→ **WORK TO COMPLETE**:
Your task is to copy each line of the material below that includes "Locations".

→ **RECORD EXCERPTS**:
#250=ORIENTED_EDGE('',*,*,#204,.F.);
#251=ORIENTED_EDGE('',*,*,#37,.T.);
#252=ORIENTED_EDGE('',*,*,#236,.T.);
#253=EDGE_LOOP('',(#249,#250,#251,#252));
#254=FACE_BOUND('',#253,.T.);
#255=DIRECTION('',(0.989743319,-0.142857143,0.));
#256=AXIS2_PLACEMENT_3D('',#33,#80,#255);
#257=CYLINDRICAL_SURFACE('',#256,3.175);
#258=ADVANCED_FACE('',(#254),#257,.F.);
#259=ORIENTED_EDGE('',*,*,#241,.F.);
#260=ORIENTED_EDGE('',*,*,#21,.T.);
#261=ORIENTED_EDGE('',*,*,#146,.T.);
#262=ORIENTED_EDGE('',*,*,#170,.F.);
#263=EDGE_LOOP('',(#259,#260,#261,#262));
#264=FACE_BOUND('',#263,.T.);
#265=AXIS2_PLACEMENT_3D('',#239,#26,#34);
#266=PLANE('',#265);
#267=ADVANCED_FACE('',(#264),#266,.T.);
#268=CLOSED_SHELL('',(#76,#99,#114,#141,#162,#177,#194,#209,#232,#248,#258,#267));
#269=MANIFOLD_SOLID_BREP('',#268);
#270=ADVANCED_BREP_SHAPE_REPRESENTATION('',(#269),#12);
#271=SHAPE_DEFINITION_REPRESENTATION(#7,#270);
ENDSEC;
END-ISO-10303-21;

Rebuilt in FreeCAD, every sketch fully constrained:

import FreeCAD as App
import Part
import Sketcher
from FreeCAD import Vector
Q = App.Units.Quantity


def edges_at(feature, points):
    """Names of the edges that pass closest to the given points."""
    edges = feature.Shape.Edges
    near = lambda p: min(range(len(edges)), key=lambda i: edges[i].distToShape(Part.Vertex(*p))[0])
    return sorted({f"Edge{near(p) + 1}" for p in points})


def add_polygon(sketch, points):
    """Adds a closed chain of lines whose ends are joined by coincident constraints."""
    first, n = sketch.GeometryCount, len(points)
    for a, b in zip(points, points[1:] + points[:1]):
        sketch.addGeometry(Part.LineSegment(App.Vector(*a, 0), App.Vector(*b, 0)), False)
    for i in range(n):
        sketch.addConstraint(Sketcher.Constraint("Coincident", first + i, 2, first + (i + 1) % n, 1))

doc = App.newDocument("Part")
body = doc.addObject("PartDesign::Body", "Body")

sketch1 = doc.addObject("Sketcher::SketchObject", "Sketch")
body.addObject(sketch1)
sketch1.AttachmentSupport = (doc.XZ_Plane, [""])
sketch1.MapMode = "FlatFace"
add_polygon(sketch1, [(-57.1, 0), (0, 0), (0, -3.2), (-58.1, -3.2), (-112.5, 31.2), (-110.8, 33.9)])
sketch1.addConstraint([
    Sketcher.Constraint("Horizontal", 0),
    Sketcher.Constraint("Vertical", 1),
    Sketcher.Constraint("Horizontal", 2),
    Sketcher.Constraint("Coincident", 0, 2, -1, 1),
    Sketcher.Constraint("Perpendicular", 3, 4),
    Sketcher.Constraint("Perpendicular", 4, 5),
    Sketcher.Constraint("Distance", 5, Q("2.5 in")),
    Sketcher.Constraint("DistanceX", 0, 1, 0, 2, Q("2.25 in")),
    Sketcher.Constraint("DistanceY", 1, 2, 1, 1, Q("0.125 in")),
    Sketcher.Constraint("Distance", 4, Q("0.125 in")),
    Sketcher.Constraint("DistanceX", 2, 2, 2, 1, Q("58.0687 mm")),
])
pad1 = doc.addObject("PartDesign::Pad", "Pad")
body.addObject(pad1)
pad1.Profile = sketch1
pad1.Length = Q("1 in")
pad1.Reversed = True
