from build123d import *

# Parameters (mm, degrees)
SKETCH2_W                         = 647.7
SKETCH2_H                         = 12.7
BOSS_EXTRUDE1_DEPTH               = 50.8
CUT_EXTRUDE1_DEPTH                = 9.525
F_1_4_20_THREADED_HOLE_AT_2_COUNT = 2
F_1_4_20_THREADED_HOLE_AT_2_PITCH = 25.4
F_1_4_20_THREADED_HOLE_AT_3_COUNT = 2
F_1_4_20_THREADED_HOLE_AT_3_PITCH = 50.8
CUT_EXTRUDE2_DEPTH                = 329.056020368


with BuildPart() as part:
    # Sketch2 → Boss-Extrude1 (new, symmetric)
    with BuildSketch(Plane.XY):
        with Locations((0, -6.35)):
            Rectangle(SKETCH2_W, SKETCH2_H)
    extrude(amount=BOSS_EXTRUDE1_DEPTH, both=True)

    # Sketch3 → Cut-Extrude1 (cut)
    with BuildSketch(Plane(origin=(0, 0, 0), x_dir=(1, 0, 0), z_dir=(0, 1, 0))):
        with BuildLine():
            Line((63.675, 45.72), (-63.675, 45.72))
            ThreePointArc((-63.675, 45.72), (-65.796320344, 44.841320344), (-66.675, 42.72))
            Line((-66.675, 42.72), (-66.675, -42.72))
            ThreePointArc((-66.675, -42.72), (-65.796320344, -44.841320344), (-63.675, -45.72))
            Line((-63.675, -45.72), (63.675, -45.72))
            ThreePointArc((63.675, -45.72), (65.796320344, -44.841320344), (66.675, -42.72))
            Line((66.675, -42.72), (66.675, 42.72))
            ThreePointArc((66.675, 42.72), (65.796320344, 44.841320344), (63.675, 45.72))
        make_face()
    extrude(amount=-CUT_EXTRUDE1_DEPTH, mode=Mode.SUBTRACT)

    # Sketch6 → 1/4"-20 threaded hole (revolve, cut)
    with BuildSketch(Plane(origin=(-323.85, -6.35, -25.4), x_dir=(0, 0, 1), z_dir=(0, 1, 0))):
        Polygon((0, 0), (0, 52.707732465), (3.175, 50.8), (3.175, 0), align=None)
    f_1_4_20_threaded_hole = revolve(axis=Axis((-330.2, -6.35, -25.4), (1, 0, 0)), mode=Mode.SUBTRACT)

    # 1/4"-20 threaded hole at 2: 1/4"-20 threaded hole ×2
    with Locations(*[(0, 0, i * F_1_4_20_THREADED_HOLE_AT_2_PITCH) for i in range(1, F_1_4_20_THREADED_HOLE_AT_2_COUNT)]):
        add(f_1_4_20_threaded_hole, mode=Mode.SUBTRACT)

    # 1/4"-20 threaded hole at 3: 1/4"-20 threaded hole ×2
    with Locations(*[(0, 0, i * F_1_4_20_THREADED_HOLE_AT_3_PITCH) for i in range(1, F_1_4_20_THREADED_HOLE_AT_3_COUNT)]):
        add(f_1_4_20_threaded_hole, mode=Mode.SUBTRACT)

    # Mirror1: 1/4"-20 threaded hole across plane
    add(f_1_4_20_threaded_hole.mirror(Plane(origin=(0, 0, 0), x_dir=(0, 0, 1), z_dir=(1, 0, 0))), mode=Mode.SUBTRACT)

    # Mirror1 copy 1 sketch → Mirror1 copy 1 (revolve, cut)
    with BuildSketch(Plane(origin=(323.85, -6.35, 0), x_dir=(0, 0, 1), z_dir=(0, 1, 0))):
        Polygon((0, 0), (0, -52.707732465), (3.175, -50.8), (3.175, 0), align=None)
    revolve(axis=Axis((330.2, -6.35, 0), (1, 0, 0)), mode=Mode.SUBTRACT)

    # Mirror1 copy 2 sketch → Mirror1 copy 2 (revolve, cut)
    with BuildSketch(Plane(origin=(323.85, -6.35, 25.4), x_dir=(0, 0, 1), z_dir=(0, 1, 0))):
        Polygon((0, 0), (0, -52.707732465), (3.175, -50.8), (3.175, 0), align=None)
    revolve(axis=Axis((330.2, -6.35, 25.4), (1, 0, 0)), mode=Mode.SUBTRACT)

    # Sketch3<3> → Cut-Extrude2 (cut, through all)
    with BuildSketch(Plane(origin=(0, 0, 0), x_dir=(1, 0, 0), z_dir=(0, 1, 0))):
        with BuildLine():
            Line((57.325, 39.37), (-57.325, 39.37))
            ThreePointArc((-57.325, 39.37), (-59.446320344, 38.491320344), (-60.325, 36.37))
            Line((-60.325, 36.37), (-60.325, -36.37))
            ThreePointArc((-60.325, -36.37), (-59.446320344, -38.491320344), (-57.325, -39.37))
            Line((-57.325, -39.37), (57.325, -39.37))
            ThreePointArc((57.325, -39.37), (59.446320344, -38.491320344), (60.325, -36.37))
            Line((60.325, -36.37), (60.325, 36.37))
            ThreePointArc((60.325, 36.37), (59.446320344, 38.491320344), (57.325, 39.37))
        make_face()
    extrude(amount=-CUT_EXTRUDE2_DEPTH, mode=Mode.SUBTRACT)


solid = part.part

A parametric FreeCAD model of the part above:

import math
import FreeCAD as App
import Part
import Sketcher

V = App.Vector
Q = App.Units.Quantity


def add_polygon(sketch, points):
    """Adds a closed chain of lines whose ends are joined by coincident constraints."""
    first, n = sketch.GeometryCount, len(points)
    for a, b in zip(points, points[1:] + points[:1]):
        sketch.addGeometry(Part.LineSegment(App.Vector(*a, 0), App.Vector(*b, 0)), False)
    for i in range(n):
        sketch.addConstraint(Sketcher.Constraint("Coincident", first + i, 2, first + (i + 1) % n, 1))

doc = App.newDocument("Part")
params = doc.addObject("Spreadsheet::Sheet", "Params")
for row, (alias, value) in enumerate([
    ("sketch1_width", "25.5 in"),
    ("sketch1_height", "0.5 in"),
    ("pad1_length", "4 in"),
    ("pocket1_length", "0.375 in"),
    ("sketch3_width", "2 in"),
    ("sketch3_height", "0.125 in"),
    ("groove_angle", "360 deg"),
    ("linearpattern_pitch", "1 in"),
    ("linearpattern2_pitch", "2 in"),
    ("sketch4_width", "2 in"),
    ("sketch4_height", "0.125 in"),
    ("groove2_angle", "360 deg"),
    ("sketch5_width", "2 in"),
    ("sketch5_height", "0.125 in"),
    ("groove3_angle", "360 deg"),
], start=1):
    params.set(f"A{row}", alias)
    params.set(f"B{row}", "=" + value)
    params.setAlias(f"B{row}", alias)

body = doc.addObject("PartDesign::Body", "Body")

→ **TASK RESPONSE**:
        with Locations((0, -6.35)):
    with Locations(*[(0, 0, i * F_1_4_20_THREADED_HOLE_AT_2_PITCH) for i in range(1, F_1_4_20_THREADED_HOLE_AT_2_COUNT)]):
    with Locations(*[(0, 0, i * F_1_4_20_THREADED_HOLE_AT_3_PITCH) for i in range(1, F_1_4_20_THREADED_HOLE_AT_3_COUNT)]):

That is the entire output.